__EXERCISE INPUT__

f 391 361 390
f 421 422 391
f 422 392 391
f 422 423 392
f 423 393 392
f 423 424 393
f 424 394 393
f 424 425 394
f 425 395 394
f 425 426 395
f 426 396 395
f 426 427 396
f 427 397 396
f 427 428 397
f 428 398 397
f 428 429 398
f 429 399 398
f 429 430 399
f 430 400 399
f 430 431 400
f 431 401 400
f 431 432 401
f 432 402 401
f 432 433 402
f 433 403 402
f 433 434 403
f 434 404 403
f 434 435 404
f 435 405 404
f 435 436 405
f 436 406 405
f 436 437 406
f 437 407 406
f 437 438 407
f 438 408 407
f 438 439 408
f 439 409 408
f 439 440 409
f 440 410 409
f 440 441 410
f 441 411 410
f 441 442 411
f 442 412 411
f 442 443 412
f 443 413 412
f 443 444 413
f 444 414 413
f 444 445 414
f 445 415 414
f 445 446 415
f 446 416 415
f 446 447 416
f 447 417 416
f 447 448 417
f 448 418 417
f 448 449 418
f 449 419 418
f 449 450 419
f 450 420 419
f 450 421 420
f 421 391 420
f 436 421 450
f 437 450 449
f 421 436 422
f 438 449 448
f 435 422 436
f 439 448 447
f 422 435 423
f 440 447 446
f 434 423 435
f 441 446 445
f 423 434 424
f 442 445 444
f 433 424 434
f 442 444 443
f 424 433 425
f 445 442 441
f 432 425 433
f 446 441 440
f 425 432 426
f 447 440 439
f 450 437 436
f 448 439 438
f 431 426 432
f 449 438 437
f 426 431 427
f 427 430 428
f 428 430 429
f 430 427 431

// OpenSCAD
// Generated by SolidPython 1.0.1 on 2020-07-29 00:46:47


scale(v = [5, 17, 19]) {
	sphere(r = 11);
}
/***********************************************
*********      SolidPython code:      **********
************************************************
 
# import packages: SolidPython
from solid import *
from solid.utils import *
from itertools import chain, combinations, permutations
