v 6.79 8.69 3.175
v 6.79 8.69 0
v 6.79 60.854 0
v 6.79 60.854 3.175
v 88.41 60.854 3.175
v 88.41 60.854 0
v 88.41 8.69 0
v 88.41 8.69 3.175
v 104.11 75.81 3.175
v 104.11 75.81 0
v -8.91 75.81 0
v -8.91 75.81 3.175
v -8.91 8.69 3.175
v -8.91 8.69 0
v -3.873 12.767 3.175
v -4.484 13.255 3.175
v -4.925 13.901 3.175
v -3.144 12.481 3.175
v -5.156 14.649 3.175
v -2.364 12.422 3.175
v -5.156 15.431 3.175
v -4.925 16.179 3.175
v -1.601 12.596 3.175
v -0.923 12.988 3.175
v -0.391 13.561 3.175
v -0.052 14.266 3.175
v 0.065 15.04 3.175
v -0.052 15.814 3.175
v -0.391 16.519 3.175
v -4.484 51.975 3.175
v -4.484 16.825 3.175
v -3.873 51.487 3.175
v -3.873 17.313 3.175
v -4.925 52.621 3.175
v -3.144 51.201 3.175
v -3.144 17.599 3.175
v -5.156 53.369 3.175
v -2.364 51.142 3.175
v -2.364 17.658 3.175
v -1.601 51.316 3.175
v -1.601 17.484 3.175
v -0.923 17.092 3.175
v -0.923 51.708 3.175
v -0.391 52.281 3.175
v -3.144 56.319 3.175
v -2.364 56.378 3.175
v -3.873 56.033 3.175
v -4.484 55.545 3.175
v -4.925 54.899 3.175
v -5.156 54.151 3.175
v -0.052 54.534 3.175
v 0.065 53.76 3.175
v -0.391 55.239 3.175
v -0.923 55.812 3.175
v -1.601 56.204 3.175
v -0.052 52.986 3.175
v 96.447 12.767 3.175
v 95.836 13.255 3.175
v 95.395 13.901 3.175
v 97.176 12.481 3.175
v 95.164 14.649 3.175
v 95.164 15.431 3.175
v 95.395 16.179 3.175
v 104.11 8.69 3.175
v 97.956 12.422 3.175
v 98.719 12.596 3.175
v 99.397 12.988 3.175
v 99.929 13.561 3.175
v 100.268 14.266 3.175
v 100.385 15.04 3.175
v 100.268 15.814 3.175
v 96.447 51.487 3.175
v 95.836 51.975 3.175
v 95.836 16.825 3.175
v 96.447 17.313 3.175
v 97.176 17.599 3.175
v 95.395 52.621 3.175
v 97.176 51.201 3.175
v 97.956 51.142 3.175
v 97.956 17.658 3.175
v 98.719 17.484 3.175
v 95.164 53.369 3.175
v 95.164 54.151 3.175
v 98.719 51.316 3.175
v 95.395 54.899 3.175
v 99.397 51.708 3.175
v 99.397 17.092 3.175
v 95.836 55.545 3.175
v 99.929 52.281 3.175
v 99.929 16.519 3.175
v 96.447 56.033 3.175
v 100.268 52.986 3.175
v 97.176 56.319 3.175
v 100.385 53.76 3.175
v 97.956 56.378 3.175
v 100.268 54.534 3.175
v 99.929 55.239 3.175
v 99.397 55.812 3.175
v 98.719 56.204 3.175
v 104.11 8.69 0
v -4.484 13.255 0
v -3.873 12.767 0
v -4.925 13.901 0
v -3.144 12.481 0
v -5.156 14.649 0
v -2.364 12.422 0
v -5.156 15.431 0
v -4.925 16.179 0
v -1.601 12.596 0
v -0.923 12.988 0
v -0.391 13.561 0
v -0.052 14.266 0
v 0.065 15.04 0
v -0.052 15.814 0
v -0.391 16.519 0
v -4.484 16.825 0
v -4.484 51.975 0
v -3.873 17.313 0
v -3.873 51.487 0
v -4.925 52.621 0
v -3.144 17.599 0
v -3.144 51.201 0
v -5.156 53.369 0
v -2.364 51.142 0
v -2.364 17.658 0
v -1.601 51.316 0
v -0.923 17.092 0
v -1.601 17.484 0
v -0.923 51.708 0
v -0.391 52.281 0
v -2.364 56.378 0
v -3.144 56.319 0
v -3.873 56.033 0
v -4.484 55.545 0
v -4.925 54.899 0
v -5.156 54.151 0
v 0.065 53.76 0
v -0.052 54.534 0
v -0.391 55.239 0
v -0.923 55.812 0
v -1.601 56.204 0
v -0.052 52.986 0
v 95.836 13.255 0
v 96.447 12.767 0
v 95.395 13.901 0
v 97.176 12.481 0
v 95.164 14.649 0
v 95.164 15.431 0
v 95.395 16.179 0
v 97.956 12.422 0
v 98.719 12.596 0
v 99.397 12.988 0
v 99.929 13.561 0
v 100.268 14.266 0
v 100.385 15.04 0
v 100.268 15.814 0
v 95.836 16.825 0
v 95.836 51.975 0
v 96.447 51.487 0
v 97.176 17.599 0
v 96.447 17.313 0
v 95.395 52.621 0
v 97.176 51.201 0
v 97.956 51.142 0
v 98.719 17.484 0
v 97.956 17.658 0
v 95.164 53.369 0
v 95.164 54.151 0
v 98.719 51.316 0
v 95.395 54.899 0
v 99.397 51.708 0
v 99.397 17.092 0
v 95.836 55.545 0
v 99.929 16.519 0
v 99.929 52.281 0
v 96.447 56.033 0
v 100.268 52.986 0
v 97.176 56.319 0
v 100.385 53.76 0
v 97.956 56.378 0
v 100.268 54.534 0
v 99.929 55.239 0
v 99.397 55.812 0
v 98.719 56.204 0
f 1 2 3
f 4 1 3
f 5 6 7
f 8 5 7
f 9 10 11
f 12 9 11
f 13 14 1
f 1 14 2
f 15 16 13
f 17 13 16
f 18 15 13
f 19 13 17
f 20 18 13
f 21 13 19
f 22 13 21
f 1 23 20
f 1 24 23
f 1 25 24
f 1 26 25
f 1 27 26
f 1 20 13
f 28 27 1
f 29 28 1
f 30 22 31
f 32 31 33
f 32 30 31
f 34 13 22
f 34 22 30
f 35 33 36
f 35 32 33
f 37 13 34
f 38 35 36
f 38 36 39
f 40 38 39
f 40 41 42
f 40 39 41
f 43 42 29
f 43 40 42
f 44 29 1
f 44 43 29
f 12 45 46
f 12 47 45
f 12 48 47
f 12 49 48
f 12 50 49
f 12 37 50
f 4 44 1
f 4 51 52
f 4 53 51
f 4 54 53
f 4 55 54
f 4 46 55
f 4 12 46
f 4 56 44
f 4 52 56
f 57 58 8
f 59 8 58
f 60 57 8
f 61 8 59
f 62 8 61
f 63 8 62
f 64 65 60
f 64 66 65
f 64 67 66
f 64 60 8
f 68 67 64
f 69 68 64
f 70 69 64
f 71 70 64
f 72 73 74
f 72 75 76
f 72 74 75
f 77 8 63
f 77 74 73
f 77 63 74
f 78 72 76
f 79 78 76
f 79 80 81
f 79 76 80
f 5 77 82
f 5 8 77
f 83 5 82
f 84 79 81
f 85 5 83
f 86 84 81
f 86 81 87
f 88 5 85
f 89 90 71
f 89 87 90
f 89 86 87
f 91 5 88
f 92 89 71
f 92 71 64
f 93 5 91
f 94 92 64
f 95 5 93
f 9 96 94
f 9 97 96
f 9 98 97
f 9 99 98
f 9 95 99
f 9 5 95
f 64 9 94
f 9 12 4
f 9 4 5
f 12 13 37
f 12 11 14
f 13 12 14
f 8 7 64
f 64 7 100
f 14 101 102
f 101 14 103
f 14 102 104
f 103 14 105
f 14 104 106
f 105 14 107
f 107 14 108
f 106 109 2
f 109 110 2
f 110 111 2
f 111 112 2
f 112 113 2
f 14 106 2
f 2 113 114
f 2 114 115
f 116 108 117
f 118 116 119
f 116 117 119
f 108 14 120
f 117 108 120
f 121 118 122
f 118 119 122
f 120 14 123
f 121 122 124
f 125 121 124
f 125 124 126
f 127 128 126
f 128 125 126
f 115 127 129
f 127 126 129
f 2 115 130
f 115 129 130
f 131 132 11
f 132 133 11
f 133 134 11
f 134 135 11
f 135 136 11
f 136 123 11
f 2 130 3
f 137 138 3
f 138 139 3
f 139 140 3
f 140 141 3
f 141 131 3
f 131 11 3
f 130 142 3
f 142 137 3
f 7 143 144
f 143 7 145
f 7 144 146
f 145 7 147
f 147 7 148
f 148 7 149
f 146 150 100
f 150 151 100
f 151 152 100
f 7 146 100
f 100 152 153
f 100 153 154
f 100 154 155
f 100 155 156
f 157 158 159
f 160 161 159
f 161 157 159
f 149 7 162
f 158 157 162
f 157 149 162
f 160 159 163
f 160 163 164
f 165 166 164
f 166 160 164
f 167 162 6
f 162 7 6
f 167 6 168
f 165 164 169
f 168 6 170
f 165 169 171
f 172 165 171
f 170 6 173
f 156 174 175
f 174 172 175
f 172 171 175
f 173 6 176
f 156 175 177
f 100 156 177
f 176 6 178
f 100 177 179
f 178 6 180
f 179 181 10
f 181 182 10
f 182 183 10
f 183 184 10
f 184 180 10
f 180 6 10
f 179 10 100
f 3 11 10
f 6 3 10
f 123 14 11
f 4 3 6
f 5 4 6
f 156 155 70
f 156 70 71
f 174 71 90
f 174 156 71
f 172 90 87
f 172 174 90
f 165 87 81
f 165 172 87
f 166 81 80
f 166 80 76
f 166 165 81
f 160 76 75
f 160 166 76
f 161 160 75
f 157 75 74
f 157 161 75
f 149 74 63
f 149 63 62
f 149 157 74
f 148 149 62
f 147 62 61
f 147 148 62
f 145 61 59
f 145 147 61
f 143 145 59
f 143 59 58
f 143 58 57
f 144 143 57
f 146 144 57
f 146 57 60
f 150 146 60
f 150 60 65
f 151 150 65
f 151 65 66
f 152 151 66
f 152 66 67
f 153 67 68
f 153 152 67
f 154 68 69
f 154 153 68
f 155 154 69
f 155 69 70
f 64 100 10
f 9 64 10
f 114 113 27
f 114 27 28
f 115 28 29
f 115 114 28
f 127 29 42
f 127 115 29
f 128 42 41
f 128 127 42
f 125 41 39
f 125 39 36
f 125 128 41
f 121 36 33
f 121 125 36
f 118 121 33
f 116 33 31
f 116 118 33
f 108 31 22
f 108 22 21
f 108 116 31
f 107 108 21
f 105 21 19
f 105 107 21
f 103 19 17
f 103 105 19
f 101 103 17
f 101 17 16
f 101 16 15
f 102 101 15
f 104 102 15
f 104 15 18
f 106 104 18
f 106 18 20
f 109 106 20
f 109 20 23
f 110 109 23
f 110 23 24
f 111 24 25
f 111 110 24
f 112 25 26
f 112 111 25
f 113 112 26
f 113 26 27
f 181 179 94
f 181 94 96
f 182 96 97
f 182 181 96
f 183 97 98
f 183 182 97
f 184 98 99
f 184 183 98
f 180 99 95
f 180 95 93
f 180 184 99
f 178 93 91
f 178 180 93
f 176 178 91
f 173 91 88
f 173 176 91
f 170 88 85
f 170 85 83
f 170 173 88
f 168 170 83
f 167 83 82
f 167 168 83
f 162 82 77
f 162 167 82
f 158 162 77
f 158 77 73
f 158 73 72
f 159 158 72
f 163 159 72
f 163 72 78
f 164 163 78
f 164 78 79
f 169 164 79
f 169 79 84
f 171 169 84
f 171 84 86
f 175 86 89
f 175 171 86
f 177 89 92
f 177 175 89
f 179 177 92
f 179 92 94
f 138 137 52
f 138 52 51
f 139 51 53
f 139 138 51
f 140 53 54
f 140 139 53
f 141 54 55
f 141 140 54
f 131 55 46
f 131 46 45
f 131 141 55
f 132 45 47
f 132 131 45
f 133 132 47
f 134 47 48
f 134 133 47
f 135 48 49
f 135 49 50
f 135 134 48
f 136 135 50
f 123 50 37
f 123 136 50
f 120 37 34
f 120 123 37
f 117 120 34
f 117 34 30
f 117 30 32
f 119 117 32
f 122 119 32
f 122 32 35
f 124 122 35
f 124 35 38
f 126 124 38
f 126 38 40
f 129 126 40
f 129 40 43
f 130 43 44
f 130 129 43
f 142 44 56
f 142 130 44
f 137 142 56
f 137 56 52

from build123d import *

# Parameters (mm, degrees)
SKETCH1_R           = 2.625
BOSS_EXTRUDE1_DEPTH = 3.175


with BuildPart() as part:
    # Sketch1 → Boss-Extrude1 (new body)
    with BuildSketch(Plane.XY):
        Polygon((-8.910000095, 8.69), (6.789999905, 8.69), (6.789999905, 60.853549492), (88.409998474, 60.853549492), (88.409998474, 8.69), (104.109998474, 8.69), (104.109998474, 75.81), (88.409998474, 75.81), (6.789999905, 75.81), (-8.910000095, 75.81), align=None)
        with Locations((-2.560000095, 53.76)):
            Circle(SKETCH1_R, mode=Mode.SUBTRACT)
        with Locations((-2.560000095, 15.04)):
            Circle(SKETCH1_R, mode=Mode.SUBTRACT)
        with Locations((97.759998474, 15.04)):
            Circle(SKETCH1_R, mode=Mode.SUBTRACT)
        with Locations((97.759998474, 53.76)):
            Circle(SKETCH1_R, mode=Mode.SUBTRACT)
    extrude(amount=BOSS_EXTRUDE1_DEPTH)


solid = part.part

__WHAT THE EXERCISE ASKS__
Copy each line of the material where "SolidPython" is found.

__OUTPUT OF THE TASK__
// Generated by SolidPython 1.0.1 on 2020-07-29 00:46:47
*********      SolidPython code:      **********
# import packages: SolidPython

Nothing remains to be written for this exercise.